Our solution is to swap the order of getBlockLock and the for cycle:

blockWaitToProcess.forEach((msg, peerConnection) -> {
  synchronized (tronNetDelegate.getBlockLock()) {
    ...
    final boolean[] isFound = {false};
    tronNetDelegate.getActivePeer().stream()
        .filter(peer -> msg.getBlockId().equals(peer.getSyncBlockToFetch().peek()))

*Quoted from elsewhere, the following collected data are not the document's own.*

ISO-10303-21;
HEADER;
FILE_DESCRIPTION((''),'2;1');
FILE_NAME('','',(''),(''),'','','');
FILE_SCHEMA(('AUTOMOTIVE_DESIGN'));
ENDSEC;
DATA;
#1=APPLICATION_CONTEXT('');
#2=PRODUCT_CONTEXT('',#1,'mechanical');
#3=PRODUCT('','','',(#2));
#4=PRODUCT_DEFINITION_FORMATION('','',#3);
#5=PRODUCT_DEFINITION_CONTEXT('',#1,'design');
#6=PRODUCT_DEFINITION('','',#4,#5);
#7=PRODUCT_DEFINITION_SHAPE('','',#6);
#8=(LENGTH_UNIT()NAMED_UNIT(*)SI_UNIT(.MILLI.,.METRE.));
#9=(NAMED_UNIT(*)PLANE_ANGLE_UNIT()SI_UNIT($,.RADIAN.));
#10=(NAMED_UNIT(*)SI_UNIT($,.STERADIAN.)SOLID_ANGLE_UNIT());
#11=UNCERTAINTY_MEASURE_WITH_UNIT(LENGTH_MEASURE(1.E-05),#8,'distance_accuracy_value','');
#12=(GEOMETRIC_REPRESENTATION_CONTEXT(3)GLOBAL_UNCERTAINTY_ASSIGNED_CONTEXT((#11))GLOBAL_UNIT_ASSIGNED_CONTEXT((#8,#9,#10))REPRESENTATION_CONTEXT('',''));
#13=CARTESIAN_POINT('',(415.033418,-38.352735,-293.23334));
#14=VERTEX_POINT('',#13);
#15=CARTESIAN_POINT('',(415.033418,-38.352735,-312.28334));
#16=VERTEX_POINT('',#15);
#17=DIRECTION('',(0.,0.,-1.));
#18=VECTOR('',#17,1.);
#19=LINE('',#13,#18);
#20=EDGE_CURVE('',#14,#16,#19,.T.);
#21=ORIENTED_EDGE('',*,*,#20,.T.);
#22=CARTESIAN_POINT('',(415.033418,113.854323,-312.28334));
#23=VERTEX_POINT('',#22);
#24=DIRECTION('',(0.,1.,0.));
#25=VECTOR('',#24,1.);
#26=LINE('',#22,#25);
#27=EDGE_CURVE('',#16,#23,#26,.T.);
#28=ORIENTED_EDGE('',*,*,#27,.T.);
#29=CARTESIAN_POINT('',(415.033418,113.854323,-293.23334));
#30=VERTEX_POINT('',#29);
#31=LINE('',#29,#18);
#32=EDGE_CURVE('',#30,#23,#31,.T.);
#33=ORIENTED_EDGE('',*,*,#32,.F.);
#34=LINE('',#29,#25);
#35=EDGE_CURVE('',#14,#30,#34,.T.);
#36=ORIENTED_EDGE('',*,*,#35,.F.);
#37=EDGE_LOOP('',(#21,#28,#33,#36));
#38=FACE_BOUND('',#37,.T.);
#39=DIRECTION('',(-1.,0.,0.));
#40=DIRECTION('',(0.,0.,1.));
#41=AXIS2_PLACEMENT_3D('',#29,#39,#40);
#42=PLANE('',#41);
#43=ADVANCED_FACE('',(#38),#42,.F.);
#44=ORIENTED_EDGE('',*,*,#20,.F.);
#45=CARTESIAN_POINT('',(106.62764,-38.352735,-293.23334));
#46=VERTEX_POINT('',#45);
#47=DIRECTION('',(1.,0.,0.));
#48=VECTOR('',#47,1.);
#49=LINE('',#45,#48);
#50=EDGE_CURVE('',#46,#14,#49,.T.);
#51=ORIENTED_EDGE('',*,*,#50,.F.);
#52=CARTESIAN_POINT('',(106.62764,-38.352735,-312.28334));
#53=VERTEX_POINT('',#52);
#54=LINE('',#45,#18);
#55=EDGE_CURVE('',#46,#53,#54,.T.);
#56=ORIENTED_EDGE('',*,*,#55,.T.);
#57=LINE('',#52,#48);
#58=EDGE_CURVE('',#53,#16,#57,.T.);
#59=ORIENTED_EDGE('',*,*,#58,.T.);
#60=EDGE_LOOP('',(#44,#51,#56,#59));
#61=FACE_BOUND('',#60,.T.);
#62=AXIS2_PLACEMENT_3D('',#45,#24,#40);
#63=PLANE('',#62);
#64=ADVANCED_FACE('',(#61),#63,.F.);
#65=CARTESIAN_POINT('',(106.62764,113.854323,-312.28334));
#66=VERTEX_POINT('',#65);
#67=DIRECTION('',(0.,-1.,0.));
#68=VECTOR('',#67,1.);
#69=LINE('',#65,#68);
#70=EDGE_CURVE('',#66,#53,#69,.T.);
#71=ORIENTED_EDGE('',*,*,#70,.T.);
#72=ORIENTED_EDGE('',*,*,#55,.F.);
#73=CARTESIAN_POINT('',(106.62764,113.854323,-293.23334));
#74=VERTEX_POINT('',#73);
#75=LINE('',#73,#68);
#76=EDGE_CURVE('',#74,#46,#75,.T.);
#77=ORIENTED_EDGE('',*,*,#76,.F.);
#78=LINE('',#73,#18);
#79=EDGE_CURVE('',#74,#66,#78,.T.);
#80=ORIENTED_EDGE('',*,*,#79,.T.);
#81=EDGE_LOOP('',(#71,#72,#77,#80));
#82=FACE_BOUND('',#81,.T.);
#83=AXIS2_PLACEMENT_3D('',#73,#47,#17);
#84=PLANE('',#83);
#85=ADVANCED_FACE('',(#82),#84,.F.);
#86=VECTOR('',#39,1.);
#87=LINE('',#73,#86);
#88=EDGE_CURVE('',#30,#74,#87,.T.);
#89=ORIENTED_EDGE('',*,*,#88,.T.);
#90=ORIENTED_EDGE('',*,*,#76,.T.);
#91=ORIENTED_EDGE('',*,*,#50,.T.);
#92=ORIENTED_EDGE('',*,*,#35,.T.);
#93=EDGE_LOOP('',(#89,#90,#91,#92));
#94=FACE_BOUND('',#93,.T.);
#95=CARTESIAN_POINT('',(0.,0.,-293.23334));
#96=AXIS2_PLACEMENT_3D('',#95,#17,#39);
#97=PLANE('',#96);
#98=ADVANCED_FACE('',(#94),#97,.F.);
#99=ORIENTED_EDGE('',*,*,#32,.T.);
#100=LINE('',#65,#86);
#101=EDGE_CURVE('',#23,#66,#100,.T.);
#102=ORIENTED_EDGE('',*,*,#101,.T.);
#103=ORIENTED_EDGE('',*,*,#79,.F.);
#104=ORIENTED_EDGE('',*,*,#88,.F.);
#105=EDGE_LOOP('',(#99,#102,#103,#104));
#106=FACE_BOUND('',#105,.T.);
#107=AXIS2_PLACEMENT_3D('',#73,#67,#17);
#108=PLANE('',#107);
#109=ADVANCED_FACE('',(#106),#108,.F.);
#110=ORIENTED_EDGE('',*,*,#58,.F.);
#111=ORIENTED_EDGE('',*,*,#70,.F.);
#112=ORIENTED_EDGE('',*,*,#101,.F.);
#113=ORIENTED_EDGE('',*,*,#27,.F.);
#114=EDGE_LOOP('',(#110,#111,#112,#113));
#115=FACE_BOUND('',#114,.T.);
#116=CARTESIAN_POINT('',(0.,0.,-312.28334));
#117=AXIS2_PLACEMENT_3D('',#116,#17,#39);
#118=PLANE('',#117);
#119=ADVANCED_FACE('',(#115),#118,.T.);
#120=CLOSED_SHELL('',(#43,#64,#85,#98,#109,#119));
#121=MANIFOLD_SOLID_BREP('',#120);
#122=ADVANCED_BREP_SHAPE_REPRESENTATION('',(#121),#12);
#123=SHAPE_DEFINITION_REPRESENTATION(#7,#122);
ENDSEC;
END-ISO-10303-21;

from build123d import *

# Parameters (mm, degrees)
SKETCH1_W           = 308.405777754
SKETCH1_H           = 152.207057826
BOSS_EXTRUDE2_DEPTH = 19.05


with BuildPart() as part:
    # Sketch1 → Boss-Extrude2 (new body)
    with BuildSketch(Plane.XY.offset(-312.283340188)):
        with Locations((260.830529276, 37.750794274)):
            Rectangle(SKETCH1_W, SKETCH1_H)
    extrude(amount=BOSS_EXTRUDE2_DEPTH)


solid = part.part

        .forEach(peer -> {
          peer.getSyncBlockToFetch().pop();
          peer.getSyncBlockInProcess().add(msg.getBlockId());
          isFound[0] = true;
        });
    if (isFound[0]) {
      blockWaitToProcess.remove(msg);
      isProcessed[0] = true;
      processSyncBlock(msg.getBlockCapsule());
    }
  }
});

This can reduce the total time of lock blockLock in SyncService.handleSyncBlock, so other thread such as ChainInventoryMsgHandler.processMessage can get the lock more esaily.